══ Source material
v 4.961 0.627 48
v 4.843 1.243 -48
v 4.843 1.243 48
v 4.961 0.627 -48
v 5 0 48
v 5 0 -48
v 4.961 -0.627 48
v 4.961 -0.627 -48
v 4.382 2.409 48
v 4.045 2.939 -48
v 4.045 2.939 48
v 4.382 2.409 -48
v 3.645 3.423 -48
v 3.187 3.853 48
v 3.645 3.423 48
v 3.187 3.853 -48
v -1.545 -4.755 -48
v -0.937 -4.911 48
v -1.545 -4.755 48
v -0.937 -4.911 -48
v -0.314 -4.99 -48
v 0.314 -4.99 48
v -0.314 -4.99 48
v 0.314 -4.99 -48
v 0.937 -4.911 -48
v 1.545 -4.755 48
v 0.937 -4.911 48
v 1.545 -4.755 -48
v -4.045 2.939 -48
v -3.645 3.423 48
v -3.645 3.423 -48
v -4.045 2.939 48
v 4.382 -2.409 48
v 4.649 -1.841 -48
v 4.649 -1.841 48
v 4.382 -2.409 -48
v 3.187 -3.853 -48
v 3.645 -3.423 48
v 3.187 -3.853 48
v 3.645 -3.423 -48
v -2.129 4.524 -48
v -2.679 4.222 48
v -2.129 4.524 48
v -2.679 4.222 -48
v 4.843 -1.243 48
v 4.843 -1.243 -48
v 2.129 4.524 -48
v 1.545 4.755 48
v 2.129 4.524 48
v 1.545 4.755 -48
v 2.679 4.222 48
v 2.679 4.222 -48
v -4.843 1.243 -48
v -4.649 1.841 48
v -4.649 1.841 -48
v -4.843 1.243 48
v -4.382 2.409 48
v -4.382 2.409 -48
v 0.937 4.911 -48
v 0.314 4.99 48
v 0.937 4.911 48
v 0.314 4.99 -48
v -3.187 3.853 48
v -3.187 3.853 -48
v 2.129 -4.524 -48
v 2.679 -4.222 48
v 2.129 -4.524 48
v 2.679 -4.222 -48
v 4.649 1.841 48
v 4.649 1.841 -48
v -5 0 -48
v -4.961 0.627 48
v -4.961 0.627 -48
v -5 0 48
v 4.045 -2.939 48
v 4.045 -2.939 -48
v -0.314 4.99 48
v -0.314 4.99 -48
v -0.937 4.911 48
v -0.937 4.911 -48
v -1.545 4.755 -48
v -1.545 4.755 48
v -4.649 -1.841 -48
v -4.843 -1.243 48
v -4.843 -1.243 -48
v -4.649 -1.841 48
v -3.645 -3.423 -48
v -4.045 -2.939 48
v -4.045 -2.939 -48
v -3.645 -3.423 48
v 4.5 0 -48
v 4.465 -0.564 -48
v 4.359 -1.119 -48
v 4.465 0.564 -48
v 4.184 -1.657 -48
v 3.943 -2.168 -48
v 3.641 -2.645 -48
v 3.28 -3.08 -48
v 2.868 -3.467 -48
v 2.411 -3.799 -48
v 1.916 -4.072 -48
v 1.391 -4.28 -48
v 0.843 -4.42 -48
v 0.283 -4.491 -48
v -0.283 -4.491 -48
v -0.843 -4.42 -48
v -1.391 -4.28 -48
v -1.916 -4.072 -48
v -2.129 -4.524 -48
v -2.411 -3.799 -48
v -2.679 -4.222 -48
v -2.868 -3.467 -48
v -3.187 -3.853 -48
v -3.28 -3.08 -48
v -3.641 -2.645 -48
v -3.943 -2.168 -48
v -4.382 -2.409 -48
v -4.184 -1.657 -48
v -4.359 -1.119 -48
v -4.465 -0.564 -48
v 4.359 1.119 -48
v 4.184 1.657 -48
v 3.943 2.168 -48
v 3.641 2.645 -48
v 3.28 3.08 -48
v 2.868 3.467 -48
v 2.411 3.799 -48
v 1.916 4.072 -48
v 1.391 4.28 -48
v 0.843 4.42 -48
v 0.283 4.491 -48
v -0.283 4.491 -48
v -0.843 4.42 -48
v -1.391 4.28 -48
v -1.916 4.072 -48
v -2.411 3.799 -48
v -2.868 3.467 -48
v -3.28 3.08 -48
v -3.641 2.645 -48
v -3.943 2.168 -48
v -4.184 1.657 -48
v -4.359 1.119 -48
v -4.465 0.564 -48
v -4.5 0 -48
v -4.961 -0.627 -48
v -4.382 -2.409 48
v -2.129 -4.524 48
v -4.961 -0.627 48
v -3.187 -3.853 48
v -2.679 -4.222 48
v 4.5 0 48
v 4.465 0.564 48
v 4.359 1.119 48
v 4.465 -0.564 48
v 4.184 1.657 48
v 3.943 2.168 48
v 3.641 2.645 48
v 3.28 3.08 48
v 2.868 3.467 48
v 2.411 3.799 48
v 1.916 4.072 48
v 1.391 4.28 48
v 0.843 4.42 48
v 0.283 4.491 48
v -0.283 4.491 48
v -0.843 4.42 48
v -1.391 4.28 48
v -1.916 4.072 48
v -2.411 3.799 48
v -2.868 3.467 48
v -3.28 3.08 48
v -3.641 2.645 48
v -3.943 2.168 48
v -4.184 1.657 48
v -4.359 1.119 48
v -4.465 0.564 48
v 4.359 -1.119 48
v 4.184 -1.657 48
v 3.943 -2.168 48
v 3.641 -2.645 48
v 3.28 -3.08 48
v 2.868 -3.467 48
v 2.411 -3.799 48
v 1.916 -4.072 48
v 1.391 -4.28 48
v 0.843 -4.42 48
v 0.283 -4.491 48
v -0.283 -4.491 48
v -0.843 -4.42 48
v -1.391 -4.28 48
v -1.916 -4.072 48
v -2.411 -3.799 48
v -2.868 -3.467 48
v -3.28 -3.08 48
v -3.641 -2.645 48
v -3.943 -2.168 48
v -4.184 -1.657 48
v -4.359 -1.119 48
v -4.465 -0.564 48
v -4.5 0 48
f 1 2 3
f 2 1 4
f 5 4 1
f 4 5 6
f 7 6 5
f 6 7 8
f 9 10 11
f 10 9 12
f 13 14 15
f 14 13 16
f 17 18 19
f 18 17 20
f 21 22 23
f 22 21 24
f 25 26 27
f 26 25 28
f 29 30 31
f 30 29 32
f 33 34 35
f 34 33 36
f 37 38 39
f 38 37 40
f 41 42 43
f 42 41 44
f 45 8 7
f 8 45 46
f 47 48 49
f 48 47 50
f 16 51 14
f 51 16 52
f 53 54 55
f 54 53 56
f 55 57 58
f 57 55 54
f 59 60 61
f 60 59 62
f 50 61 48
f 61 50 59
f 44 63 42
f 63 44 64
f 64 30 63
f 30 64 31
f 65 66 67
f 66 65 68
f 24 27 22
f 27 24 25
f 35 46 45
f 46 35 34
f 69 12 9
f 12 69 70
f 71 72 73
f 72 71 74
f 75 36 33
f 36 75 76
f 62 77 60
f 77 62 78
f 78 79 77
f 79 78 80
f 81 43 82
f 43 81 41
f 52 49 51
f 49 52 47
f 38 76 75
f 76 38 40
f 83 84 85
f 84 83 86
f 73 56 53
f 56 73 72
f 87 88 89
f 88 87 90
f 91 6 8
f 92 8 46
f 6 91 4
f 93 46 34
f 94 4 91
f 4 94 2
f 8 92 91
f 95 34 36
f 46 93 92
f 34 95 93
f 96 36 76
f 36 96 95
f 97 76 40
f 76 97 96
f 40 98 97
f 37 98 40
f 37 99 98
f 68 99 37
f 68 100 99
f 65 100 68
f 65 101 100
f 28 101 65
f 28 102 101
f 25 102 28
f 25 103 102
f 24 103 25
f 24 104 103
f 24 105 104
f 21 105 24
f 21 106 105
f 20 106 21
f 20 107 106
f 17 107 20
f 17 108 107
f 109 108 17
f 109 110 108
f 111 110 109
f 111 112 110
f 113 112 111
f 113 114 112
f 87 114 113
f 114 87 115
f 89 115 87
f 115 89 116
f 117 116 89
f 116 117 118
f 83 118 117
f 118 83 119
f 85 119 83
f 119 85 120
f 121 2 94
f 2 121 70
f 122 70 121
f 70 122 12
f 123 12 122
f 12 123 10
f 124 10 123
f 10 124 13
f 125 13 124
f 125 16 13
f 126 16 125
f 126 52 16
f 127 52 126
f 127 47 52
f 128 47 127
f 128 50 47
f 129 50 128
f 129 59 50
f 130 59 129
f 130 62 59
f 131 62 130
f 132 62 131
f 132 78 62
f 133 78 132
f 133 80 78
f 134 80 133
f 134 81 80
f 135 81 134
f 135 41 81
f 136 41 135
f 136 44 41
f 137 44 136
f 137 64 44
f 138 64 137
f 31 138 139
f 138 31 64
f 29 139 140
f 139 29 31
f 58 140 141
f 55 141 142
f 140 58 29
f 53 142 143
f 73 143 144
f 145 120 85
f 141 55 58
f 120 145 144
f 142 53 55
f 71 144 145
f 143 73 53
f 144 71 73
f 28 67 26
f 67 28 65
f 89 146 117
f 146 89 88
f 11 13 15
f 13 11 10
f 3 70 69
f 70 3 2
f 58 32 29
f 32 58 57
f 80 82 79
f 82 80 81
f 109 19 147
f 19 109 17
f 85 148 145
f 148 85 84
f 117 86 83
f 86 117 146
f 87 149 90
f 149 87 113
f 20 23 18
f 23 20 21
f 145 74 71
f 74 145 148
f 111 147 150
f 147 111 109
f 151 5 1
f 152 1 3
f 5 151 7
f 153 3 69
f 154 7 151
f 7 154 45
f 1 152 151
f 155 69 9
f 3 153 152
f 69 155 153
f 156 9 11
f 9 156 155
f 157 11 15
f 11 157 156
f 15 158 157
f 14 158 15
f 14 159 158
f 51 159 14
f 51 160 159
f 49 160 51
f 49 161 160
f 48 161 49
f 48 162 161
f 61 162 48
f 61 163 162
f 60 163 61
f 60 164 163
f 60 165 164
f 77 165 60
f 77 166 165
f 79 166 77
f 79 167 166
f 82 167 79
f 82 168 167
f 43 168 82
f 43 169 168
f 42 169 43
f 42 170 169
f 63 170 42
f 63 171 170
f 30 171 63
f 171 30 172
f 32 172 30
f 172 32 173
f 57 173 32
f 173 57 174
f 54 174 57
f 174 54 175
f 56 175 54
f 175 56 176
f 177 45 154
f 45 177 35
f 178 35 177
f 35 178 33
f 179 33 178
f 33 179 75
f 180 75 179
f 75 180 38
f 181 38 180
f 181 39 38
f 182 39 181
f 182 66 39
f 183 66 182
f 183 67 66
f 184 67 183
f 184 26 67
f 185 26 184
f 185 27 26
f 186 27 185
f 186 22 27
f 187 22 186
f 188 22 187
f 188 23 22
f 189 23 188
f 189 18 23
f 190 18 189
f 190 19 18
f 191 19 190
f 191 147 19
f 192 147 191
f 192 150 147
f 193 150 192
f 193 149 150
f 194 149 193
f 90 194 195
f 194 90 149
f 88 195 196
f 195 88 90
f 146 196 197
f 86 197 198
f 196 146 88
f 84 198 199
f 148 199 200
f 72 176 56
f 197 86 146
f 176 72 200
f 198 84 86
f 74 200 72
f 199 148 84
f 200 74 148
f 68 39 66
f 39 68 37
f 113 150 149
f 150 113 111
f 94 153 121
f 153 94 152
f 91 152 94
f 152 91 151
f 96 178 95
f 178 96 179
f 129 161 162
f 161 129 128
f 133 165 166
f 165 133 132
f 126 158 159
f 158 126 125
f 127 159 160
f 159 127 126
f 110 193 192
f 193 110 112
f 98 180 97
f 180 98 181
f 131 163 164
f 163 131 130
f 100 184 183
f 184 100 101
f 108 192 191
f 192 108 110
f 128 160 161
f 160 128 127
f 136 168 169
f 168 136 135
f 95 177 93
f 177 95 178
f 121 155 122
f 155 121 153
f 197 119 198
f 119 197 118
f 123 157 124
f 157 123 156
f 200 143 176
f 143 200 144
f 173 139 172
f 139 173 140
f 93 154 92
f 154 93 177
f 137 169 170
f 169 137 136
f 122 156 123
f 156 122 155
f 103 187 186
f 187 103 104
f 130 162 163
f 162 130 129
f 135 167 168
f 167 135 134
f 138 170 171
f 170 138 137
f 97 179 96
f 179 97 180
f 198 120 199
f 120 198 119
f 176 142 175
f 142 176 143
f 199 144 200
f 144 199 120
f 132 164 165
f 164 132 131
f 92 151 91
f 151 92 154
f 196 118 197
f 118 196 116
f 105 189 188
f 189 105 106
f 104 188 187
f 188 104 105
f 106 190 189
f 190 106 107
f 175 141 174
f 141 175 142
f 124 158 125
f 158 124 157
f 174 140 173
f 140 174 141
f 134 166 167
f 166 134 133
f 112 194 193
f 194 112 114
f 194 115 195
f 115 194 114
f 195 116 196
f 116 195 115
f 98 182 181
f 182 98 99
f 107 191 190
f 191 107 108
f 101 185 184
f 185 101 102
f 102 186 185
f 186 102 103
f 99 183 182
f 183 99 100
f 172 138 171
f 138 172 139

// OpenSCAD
$fn = 50;


difference() {
	union() {
		translate(v = [0, 0, -48.0000000000]) {
			cylinder(h = 96, r = 5.0000000000);
		}
	}
	union() {
		translate(v = [0, 0, -100.0000000000]) {
			cylinder(h = 200, r = 4.5000000000);
		}
	}
}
════
**What you should do**
Output exactly the lines of the material above from the one containing "f 192 108 110" up to and including the one containing "f 162 130 129".

**Answer area**
f 192 108 110
f 128 160 161
f 160 128 127
f 136 168 169
f 168 136 135
f 95 177 93
f 177 95 178
f 121 155 122
f 155 121 153
f 197 119 198
f 119 197 118
f 123 157 124
f 157 123 156
f 200 143 176
f 143 200 144
f 173 139 172
f 139 173 140
f 93 154 92
f 154 93 177
f 137 169 170
f 169 137 136
f 122 156 123
f 156 122 155
f 103 187 186
f 187 103 104
f 130 162 163
f 162 130 129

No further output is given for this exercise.